### Record set
----
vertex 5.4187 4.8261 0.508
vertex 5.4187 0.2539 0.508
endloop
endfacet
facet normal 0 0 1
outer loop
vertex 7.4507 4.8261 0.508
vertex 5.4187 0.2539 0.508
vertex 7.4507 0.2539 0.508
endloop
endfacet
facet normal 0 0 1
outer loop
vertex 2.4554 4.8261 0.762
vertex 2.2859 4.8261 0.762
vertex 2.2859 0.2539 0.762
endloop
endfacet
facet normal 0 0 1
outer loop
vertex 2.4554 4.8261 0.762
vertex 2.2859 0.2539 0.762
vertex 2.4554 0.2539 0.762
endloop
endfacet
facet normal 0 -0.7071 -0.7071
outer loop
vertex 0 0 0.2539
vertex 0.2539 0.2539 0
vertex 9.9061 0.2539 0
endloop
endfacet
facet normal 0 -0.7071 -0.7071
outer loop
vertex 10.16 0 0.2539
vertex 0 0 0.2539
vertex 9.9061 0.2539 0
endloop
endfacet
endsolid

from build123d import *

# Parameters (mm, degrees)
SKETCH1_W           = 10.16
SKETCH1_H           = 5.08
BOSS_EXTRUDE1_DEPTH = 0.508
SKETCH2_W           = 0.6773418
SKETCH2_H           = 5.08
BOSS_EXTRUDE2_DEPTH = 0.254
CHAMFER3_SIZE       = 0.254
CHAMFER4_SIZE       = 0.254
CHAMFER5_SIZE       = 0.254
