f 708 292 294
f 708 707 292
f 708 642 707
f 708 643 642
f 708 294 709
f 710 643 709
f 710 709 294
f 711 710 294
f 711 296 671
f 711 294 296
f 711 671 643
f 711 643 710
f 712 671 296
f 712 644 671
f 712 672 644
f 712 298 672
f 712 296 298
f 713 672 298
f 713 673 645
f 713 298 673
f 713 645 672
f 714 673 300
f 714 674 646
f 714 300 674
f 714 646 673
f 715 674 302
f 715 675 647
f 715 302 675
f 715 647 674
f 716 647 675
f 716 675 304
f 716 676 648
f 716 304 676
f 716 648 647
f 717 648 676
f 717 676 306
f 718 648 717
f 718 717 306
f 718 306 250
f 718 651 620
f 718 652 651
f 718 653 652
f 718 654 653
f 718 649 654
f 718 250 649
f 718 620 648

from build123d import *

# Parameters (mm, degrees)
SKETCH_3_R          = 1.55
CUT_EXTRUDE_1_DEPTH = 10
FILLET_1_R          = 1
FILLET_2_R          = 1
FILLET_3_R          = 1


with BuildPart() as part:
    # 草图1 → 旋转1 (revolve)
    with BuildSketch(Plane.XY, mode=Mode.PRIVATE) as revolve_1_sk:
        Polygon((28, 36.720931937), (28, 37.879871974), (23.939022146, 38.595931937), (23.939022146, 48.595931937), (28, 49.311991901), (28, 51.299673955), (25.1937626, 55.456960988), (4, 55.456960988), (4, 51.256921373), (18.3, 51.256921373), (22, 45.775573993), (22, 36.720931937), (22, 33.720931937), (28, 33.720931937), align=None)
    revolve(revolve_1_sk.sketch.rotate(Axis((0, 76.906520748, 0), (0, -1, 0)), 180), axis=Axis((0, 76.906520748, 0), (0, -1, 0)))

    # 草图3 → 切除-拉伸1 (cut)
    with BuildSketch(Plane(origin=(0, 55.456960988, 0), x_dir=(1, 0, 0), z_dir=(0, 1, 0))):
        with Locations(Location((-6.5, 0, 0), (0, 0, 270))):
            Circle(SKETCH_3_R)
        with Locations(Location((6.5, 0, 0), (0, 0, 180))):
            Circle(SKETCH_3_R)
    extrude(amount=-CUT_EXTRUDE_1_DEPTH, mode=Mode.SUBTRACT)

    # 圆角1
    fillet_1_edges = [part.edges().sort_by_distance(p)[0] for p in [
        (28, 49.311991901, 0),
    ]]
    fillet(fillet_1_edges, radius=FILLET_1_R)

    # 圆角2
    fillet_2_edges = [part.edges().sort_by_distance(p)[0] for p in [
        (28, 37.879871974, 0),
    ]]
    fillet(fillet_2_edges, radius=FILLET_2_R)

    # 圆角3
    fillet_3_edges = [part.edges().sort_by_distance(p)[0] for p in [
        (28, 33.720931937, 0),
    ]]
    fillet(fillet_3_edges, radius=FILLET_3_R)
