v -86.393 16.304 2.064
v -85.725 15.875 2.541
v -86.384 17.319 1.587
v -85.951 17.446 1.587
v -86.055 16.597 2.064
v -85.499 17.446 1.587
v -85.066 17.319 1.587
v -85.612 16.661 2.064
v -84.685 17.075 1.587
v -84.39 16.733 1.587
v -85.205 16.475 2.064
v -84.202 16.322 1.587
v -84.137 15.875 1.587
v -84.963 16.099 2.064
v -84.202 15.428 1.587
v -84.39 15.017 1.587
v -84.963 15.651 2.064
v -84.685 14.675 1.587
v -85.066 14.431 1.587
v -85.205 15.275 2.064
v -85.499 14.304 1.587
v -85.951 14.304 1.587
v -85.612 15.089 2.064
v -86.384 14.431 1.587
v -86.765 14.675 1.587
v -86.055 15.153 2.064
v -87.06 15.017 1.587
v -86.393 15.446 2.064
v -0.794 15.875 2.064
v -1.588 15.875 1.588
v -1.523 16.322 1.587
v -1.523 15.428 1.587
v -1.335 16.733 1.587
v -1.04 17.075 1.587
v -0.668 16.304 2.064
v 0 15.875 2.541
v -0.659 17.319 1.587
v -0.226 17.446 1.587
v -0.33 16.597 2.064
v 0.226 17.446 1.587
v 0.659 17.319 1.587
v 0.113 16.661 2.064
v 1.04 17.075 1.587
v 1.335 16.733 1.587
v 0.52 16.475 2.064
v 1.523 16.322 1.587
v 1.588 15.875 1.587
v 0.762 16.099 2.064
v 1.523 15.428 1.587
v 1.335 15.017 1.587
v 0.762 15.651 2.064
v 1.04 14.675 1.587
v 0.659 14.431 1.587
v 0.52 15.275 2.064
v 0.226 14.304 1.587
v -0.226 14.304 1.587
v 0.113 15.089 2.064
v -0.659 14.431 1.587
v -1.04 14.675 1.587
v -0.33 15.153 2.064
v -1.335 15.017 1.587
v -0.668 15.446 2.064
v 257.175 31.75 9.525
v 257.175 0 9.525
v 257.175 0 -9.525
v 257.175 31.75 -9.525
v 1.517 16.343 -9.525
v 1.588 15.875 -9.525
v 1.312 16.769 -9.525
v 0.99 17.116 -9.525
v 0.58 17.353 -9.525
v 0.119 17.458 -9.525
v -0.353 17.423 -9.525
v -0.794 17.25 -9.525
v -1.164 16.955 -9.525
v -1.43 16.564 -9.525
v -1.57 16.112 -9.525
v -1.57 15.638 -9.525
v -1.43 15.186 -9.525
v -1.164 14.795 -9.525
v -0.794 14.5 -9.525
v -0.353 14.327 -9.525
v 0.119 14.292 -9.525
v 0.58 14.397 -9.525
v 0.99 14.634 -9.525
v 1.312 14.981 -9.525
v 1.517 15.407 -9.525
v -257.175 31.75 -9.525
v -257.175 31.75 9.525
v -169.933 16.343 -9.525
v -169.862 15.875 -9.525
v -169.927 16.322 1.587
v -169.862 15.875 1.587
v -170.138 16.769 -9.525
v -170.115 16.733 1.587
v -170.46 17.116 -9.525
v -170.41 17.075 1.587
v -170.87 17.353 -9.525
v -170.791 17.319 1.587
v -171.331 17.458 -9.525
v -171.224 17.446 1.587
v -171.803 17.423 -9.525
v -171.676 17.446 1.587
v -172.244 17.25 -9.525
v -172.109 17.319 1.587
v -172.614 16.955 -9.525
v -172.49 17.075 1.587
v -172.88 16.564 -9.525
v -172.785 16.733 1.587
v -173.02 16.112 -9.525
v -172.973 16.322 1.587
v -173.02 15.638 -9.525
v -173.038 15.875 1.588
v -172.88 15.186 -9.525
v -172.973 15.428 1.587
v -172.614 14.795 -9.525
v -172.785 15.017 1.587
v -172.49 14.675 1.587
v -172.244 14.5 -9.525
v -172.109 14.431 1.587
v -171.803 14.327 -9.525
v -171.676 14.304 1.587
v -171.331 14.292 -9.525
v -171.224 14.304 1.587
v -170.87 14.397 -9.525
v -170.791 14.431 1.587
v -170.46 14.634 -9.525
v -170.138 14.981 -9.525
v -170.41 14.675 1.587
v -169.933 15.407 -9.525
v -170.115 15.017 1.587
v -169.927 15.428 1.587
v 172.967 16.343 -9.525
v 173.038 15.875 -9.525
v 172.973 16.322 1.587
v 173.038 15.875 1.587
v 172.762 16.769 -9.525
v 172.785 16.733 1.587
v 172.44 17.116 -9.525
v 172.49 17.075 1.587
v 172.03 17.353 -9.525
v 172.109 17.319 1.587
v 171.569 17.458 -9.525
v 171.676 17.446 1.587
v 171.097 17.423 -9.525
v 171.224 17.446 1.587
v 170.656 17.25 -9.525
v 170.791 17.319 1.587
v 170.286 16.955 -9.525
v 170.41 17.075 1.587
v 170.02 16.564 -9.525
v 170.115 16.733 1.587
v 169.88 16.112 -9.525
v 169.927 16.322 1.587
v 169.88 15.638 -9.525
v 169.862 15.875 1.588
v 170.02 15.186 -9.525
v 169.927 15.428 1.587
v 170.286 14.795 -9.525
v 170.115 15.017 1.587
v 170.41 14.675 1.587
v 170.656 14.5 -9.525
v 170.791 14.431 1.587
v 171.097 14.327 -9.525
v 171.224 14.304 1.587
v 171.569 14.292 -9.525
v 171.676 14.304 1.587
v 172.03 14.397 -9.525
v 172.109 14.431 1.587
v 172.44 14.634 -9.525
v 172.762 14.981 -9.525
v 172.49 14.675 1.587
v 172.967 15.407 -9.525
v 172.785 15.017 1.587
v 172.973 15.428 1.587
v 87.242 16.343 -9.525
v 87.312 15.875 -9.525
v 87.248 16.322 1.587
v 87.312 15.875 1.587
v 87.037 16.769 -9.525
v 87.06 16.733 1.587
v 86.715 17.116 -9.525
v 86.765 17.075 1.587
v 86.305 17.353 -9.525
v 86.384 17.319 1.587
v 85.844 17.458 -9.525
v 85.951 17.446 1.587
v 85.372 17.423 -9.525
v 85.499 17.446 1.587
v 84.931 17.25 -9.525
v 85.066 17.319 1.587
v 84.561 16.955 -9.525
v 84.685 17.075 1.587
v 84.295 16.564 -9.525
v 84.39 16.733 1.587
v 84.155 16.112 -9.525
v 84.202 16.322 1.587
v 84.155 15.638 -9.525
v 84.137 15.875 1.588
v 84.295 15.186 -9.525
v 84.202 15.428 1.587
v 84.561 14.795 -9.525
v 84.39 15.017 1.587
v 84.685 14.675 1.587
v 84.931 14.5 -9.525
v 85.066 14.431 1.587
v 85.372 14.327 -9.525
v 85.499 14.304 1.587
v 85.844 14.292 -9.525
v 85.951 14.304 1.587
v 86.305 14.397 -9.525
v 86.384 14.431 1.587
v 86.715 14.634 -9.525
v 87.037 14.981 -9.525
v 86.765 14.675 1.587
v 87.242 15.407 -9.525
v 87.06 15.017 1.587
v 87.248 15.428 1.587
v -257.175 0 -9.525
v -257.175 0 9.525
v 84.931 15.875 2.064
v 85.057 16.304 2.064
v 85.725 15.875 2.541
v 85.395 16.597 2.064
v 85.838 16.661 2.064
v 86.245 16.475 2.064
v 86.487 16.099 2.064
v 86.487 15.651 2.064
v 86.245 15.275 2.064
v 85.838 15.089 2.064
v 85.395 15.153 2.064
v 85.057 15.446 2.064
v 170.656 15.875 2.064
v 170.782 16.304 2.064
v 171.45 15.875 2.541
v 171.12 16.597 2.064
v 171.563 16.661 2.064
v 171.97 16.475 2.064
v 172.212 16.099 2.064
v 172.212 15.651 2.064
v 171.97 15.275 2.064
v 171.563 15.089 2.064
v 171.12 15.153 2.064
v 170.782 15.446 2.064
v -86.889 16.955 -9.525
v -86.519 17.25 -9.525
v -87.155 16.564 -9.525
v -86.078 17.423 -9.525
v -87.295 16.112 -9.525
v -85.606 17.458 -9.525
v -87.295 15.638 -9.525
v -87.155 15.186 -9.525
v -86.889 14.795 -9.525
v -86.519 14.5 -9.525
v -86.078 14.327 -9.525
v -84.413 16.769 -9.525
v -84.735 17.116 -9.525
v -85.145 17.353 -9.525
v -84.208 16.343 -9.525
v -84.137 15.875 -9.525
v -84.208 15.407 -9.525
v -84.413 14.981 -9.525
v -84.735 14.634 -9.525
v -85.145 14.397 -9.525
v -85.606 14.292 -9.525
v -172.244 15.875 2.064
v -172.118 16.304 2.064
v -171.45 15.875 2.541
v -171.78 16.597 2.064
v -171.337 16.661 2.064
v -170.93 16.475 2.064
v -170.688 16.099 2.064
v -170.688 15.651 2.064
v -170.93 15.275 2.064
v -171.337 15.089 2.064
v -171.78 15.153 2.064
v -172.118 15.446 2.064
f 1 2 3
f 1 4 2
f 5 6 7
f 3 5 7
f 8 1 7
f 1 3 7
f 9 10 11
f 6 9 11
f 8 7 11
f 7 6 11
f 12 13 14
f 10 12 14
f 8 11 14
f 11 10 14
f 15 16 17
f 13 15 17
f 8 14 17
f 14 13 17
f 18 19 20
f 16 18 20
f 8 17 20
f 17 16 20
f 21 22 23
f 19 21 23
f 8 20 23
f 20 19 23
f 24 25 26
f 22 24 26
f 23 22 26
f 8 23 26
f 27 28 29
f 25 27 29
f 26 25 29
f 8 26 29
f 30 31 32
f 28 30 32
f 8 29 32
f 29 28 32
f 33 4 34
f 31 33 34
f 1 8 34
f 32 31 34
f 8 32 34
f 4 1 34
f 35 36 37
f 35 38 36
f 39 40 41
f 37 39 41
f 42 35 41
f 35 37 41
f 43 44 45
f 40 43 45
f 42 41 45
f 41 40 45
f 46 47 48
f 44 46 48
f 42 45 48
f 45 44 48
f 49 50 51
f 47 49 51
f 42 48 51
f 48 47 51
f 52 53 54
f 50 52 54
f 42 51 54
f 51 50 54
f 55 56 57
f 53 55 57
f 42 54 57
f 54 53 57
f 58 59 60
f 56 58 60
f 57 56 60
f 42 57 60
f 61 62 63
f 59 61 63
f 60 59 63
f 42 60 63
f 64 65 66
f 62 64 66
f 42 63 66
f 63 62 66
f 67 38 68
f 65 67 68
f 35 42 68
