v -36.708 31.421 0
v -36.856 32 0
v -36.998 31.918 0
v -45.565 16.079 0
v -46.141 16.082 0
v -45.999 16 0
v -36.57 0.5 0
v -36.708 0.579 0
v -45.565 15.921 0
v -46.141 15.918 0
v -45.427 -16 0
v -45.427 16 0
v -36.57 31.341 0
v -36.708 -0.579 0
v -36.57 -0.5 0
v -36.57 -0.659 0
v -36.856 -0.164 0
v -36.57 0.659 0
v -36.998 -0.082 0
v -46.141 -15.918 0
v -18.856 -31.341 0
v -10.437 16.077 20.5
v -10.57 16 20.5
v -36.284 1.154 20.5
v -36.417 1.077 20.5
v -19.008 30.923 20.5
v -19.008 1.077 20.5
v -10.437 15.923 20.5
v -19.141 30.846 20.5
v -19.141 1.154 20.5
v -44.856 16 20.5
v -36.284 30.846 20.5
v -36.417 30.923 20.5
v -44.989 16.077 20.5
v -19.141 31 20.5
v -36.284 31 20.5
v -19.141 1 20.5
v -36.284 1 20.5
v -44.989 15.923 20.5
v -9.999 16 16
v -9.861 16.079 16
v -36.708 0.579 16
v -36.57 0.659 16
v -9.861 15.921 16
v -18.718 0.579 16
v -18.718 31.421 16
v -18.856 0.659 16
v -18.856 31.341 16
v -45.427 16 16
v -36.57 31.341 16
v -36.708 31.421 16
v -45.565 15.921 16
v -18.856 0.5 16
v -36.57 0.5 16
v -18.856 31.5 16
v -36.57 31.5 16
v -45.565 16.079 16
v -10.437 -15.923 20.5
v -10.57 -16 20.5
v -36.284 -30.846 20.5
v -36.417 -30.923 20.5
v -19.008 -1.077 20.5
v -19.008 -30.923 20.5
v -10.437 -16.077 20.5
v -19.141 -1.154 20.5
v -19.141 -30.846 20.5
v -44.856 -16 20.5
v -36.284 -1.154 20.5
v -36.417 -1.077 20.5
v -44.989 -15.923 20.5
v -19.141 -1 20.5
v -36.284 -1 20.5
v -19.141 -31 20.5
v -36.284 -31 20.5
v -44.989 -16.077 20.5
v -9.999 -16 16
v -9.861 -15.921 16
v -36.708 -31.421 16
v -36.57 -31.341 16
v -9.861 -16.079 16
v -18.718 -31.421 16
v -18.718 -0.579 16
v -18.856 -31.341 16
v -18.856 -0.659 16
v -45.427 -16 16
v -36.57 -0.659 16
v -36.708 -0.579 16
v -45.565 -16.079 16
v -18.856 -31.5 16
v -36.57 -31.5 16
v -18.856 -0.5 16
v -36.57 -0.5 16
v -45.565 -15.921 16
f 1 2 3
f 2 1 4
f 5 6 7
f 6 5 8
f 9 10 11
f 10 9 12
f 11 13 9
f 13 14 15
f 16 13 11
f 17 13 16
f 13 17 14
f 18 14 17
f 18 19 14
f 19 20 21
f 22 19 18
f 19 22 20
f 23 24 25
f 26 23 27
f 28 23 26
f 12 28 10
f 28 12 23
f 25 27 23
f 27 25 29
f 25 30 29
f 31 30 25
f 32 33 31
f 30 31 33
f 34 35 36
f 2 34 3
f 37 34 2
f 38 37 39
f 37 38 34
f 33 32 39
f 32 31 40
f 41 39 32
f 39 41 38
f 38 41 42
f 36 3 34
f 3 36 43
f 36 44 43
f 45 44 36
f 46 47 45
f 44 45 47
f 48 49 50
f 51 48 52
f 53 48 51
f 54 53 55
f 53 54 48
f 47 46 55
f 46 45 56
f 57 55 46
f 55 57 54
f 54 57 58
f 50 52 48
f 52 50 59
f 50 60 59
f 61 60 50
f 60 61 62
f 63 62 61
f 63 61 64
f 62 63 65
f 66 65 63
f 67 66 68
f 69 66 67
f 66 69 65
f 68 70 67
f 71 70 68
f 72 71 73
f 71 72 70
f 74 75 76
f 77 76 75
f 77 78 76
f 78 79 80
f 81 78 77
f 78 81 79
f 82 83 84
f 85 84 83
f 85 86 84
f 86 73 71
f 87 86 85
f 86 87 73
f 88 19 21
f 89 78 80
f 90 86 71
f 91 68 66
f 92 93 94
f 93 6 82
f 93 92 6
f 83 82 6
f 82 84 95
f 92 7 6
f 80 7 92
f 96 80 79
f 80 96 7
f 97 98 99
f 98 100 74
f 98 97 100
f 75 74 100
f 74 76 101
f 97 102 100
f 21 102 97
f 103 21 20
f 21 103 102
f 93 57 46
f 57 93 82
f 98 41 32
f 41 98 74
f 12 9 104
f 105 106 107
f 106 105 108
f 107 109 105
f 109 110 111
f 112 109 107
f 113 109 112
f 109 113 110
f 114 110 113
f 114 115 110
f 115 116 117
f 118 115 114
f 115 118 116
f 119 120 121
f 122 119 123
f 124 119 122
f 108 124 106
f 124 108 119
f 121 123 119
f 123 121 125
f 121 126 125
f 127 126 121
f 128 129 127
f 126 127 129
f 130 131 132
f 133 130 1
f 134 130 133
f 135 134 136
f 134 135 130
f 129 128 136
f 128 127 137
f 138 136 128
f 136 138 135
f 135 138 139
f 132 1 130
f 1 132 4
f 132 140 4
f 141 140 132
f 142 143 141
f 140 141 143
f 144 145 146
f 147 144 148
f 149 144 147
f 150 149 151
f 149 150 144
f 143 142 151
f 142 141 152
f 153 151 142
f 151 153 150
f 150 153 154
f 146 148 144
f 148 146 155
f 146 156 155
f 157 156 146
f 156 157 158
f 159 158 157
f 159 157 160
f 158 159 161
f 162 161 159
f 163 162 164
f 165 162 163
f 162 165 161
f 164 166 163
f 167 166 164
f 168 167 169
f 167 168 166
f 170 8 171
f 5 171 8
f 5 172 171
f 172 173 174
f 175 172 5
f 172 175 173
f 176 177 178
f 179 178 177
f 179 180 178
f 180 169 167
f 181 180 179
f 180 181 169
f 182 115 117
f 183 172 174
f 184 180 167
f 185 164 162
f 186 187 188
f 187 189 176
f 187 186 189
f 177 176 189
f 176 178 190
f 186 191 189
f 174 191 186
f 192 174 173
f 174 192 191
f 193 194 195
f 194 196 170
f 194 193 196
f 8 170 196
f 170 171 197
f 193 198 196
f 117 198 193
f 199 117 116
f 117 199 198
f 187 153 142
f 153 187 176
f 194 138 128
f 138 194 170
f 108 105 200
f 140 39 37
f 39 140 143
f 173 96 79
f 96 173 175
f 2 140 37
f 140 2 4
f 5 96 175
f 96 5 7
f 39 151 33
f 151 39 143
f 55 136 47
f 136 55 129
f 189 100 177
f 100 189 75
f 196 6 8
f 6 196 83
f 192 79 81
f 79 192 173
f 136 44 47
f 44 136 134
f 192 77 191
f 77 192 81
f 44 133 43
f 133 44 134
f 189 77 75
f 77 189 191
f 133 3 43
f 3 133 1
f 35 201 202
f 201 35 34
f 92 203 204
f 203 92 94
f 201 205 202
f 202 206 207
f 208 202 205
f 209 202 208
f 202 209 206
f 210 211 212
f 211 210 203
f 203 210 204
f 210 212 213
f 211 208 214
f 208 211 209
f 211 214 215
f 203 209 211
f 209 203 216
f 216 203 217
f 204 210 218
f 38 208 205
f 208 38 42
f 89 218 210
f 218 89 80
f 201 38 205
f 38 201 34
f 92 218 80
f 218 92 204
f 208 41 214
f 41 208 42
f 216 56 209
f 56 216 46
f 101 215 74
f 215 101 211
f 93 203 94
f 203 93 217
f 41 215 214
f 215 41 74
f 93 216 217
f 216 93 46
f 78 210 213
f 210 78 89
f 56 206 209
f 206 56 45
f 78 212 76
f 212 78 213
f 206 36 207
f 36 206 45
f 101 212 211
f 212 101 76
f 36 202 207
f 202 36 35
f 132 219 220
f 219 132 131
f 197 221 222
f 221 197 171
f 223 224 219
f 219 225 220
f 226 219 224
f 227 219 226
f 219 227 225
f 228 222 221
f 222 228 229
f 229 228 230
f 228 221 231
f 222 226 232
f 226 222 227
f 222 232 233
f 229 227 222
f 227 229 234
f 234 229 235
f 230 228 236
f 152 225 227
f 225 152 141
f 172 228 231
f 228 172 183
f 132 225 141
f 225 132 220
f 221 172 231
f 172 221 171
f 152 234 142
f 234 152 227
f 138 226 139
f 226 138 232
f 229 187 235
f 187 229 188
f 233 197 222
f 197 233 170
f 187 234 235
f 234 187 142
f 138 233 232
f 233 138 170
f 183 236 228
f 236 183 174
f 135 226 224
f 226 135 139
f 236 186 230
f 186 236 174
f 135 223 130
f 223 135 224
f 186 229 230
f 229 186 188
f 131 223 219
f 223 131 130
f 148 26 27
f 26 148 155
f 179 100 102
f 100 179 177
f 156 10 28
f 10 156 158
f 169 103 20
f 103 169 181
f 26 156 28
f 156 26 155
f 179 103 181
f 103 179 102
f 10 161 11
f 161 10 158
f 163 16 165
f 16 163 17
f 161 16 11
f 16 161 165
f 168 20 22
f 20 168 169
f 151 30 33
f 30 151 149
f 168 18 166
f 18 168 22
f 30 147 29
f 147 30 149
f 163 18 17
----
Would you copy, unchanged, the stretch of the records above that begins at the line containing "v 173.038 15.875 1.587" and ends at the line containing "v 86.245 16.475 2.064", and only that?

v 173.038 15.875 1.587
v 172.762 16.769 -9.525
v 172.785 16.733 1.587
v 172.44 17.116 -9.525
v 172.49 17.075 1.587
v 172.03 17.353 -9.525
v 172.109 17.319 1.587
v 171.569 17.458 -9.525
v 171.676 17.446 1.587
v 171.097 17.423 -9.525
v 171.224 17.446 1.587
v 170.656 17.25 -9.525
v 170.791 17.319 1.587
v 170.286 16.955 -9.525
v 170.41 17.075 1.587
v 170.02 16.564 -9.525
v 170.115 16.733 1.587
v 169.88 16.112 -9.525
v 169.927 16.322 1.587
v 169.88 15.638 -9.525
v 169.862 15.875 1.588
v 170.02 15.186 -9.525
v 169.927 15.428 1.587
v 170.286 14.795 -9.525
v 170.115 15.017 1.587
v 170.41 14.675 1.587
v 170.656 14.5 -9.525
v 170.791 14.431 1.587
v 171.097 14.327 -9.525
v 171.224 14.304 1.587
v 171.569 14.292 -9.525
v 171.676 14.304 1.587
v 172.03 14.397 -9.525
v 172.109 14.431 1.587
v 172.44 14.634 -9.525
v 172.762 14.981 -9.525
v 172.49 14.675 1.587
v 172.967 15.407 -9.525
v 172.785 15.017 1.587
v 172.973 15.428 1.587
v 87.242 16.343 -9.525
v 87.312 15.875 -9.525
v 87.248 16.322 1.587
v 87.312 15.875 1.587
v 87.037 16.769 -9.525
v 87.06 16.733 1.587
v 86.715 17.116 -9.525
v 86.765 17.075 1.587
v 86.305 17.353 -9.525
v 86.384 17.319 1.587
v 85.844 17.458 -9.525
v 85.951 17.446 1.587
v 85.372 17.423 -9.525
v 85.499 17.446 1.587
v 84.931 17.25 -9.525
v 85.066 17.319 1.587
v 84.561 16.955 -9.525
v 84.685 17.075 1.587
v 84.295 16.564 -9.525
v 84.39 16.733 1.587
v 84.155 16.112 -9.525
v 84.202 16.322 1.587
v 84.155 15.638 -9.525
v 84.137 15.875 1.588
v 84.295 15.186 -9.525
v 84.202 15.428 1.587
v 84.561 14.795 -9.525
v 84.39 15.017 1.587
v 84.685 14.675 1.587
v 84.931 14.5 -9.525
v 85.066 14.431 1.587
v 85.372 14.327 -9.525
v 85.499 14.304 1.587
v 85.844 14.292 -9.525
v 85.951 14.304 1.587
v 86.305 14.397 -9.525
v 86.384 14.431 1.587
v 86.715 14.634 -9.525
v 87.037 14.981 -9.525
v 86.765 14.675 1.587
v 87.242 15.407 -9.525
v 87.06 15.017 1.587
v 87.248 15.428 1.587
v -257.175 0 -9.525
v -257.175 0 9.525
v 84.931 15.875 2.064
v 85.057 16.304 2.064
v 85.725 15.875 2.541
v 85.395 16.597 2.064
v 85.838 16.661 2.064
v 86.245 16.475 2.064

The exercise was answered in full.